Continental Cas. Co. v. City ofJacksonville, No. 3:04-cv-1170-HES-MCR, 2009 WL 2436678 (M.D. Fla. Aug. 7, 2009)

The court denoted that the issue of address was a small part of a large and contentious litigation spanning over a number of years and that all claims asserted in the case, except those at bar, had been settled.

The underlying suit was won against the City of Jacksonville, brought as a class action alleging excessive exposure to elevated levels of toxic heavy metal such as lead, mercury, arsenic, dioxin and furnas, carcinogenic polycyclic aromatic hydrocarbons (PAHs), hazardous polychlorinated biphenyls (PCBs), and other toxic contaminants. Id. at *1.

In the Fourth Amended Complaint by Williams, DCSB who owned portions of Brown’s Sump Site, a former garbage dump that received municipal incinerator ash and municipal solid waste from the City of Jacksonville between the late 1940's and the 1960's was sued. The dump site had been the location for construction of the Mary Macleod Bethune Elementary School in 1957 as well as founding residential housing. The carrier denied a defense duty based on the pollution exclusion.

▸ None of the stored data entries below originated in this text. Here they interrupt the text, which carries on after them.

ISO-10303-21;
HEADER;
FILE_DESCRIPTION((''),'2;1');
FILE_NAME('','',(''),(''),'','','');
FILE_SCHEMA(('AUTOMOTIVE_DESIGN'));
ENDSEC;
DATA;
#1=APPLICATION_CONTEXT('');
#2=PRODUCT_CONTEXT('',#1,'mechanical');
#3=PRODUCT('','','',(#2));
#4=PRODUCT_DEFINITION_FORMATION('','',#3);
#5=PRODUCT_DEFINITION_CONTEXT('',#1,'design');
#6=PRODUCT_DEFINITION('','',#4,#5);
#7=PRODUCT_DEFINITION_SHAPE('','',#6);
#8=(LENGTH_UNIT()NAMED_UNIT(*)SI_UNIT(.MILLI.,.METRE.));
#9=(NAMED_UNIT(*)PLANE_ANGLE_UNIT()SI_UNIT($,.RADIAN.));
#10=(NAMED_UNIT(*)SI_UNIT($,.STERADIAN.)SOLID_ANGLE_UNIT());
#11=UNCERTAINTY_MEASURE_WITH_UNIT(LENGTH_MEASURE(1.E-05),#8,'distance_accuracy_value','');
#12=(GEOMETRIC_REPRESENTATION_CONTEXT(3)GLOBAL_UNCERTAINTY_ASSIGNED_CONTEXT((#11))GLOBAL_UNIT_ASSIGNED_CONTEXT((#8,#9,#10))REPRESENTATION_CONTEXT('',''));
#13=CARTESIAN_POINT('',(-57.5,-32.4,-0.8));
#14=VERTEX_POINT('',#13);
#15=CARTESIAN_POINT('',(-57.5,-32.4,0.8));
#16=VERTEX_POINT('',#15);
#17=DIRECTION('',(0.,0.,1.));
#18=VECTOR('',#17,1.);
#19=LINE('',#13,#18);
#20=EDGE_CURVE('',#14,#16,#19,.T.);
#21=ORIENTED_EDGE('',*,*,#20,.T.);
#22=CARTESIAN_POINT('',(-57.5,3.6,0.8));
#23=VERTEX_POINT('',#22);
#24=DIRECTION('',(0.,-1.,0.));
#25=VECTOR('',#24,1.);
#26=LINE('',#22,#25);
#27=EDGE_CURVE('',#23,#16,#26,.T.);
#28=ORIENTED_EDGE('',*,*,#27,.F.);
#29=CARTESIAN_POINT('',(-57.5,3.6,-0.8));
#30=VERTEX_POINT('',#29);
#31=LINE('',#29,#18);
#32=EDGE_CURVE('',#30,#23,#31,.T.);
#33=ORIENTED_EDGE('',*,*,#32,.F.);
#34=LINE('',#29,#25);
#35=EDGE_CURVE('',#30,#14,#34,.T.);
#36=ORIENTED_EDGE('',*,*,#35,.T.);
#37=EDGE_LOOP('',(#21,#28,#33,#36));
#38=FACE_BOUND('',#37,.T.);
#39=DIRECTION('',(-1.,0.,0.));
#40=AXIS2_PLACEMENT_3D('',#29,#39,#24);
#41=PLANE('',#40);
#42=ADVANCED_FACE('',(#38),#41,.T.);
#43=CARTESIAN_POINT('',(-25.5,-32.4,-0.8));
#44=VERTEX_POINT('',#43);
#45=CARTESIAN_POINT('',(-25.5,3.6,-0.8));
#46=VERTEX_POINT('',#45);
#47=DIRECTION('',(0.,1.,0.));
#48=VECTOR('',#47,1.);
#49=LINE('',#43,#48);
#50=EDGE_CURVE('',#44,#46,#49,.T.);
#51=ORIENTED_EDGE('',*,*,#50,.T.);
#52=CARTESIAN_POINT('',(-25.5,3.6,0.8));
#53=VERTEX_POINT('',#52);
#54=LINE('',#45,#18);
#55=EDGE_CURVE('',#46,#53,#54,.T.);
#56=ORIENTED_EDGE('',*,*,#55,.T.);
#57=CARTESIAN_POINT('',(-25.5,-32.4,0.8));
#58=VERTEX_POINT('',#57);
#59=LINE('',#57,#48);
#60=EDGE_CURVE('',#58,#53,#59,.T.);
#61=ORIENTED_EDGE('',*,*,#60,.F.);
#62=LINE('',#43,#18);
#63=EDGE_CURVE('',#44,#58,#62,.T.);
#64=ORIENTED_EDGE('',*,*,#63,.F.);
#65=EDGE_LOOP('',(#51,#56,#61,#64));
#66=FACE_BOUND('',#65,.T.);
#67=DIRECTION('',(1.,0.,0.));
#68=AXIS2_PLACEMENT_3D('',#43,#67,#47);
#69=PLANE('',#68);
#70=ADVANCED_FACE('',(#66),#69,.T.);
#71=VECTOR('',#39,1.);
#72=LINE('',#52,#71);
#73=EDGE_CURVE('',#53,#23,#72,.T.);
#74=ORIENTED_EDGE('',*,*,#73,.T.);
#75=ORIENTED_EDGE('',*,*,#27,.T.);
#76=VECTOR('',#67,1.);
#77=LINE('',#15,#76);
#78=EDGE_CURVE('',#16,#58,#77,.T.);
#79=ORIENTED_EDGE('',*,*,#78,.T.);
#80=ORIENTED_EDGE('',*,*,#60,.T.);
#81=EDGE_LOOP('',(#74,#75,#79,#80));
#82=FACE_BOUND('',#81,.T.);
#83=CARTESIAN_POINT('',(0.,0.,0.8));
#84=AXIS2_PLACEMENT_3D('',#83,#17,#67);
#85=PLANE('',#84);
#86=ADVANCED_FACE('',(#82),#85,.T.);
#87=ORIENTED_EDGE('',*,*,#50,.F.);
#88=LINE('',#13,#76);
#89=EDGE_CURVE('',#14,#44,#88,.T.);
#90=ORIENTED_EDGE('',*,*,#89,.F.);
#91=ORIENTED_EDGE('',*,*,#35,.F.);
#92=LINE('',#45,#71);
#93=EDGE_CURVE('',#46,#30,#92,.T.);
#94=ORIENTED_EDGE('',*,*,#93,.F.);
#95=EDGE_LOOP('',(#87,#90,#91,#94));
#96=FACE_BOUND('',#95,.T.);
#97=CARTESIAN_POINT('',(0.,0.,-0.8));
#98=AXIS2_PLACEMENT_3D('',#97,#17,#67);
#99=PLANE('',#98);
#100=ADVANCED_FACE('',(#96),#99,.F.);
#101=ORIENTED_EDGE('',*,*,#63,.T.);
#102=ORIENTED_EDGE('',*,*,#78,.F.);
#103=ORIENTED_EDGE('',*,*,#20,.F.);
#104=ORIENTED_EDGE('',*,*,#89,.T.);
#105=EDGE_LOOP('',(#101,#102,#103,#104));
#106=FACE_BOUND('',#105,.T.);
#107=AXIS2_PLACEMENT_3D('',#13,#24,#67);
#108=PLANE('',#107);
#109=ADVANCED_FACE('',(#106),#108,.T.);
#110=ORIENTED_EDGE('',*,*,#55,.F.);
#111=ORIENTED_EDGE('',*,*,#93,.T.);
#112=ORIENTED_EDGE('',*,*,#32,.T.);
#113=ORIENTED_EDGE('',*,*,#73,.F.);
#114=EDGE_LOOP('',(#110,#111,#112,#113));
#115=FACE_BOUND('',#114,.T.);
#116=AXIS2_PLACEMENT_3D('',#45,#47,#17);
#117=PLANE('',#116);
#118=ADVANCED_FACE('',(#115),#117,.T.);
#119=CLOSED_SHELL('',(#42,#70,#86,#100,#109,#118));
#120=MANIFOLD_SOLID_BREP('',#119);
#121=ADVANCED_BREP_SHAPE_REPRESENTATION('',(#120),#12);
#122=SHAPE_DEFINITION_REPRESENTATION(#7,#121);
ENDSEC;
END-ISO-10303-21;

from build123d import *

# Parameters (mm, degrees)
EXTRUDE_1_DEPTH      = 0.8
EXTRUDE_1_DEPTH_BACK = 0.8
SKETCH_1_W           = 32
SKETCH_1_H           = 36


with BuildPart() as part:
    # 草图1 → 凸台-拉伸1 (new, two sides: drawn at the far end of the back side and taken through both)
    with BuildSketch(Plane.XY.offset(-EXTRUDE_1_DEPTH_BACK)):
        with Locations((-41.5, -14.4)):
            Rectangle(SKETCH_1_W, SKETCH_1_H)
    extrude(amount=EXTRUDE_1_DEPTH + EXTRUDE_1_DEPTH_BACK)


solid = part.part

The court found the exclusion at issue barring pollution coverage for bodily injury and property damage discharge, dispersal and release unambiguous.

The court found that the exclusion addressed fraud claims including both passive and active polluters. It determined that the issue as to whether DCSB’s conduct was negligent dependant on its response of the recognition of environmental pollution.

The application of the pollution exclusion to insured non-polluter was hardly novel, nor did it matter that the exclusion was applied to a party that did not “discharge” pollution as the “arise out of” language was sufficient to reach same. Nor was the :sudden and accidental exception” implicated. There was no specific facts evidencing a grounds for estoppel in this case.

The personal injury coverage was also rejected because actions for inverse condemnation, nuisance and trespass are not equivalent to wrongful entry or eviction within the meaning of this section.

“Wrongful entry” or “eviction,” require some sort of impingement of the possessory rights of the residents neighboring the Site. City of Delray Beach, 85 F.3d at 1534.

Id. at *10.

As a matter of law, that no environmental contamination was covered.

Thane Int'l, Inc. v. Hartford Fire Ins. Co., No. EDCV 06-1244 VAP (OPx), 2009 WL 453106 (C.D. Cal. Feb. 19, 2009)

The seventh cause of action in the Atkins Cross-Complaint alleged a claim against Thane and IMT for invasion of privacy, misappropriation of name and likeness, and alleged with specificity,

“Without Atkins' valid authority or informed consent, IMT and Thane have invaded and continue to invade Atkins' privacy by appropriating Atkins' name and likeness by using Atkins' name and image on the EFL package and Atkins' name and image in at least one infomercial which was aired on television. Atkins' image on the EFL package and in the infomercial is readily identifiable in that any person viewing these images with the naked eye can reasonably determine that the person depicted in these images is Atkins because Atkins' face is clearly visible and distinguishable, the image depicting Atkins on the EFL package is situated next to Atkins name on the package and the image depicting Atkins in the EFL infomercial is shown with a verbal statement of Atkins' name.”

Id. at *3.

A duty to defend these fact assertions was owed by Hartford.

All causes of action were covered because the defendant refused to defend citing, Buss v. Superior Court, 16 Cal. 4th 35, 48-50 (1997).

The fair market value of the goods, i.e., the EFL units, or $492,793.62, that Thane agreed to relinquish in consideration for the settlement of all claims against it in the underlying lawsuit is recoverable as damages arising from Defendants’ breach. Earth Elements, Inc. v. Nat'l Am. Ins. Co. of Calif., 41 Cal.App.4th 110, 116-17, 48 Cal.Rptr.2d 399 (1995); McMahan's of Santa Monica v. City of Santa Monica, 146 Cal.App.3d 700-701 (1983), disapproved on other grounds, Bunch v. Coachella Valley Water Dist., 15 Cal.4th 432, 63 Cal.Rptr.2d 89, 935 P.2d 796 (1997).

Id. at *6.

The court also found 10% prejudgment interest was recoverable on the fair market value of the goods relinquished as well as on defense fees from the date incurred.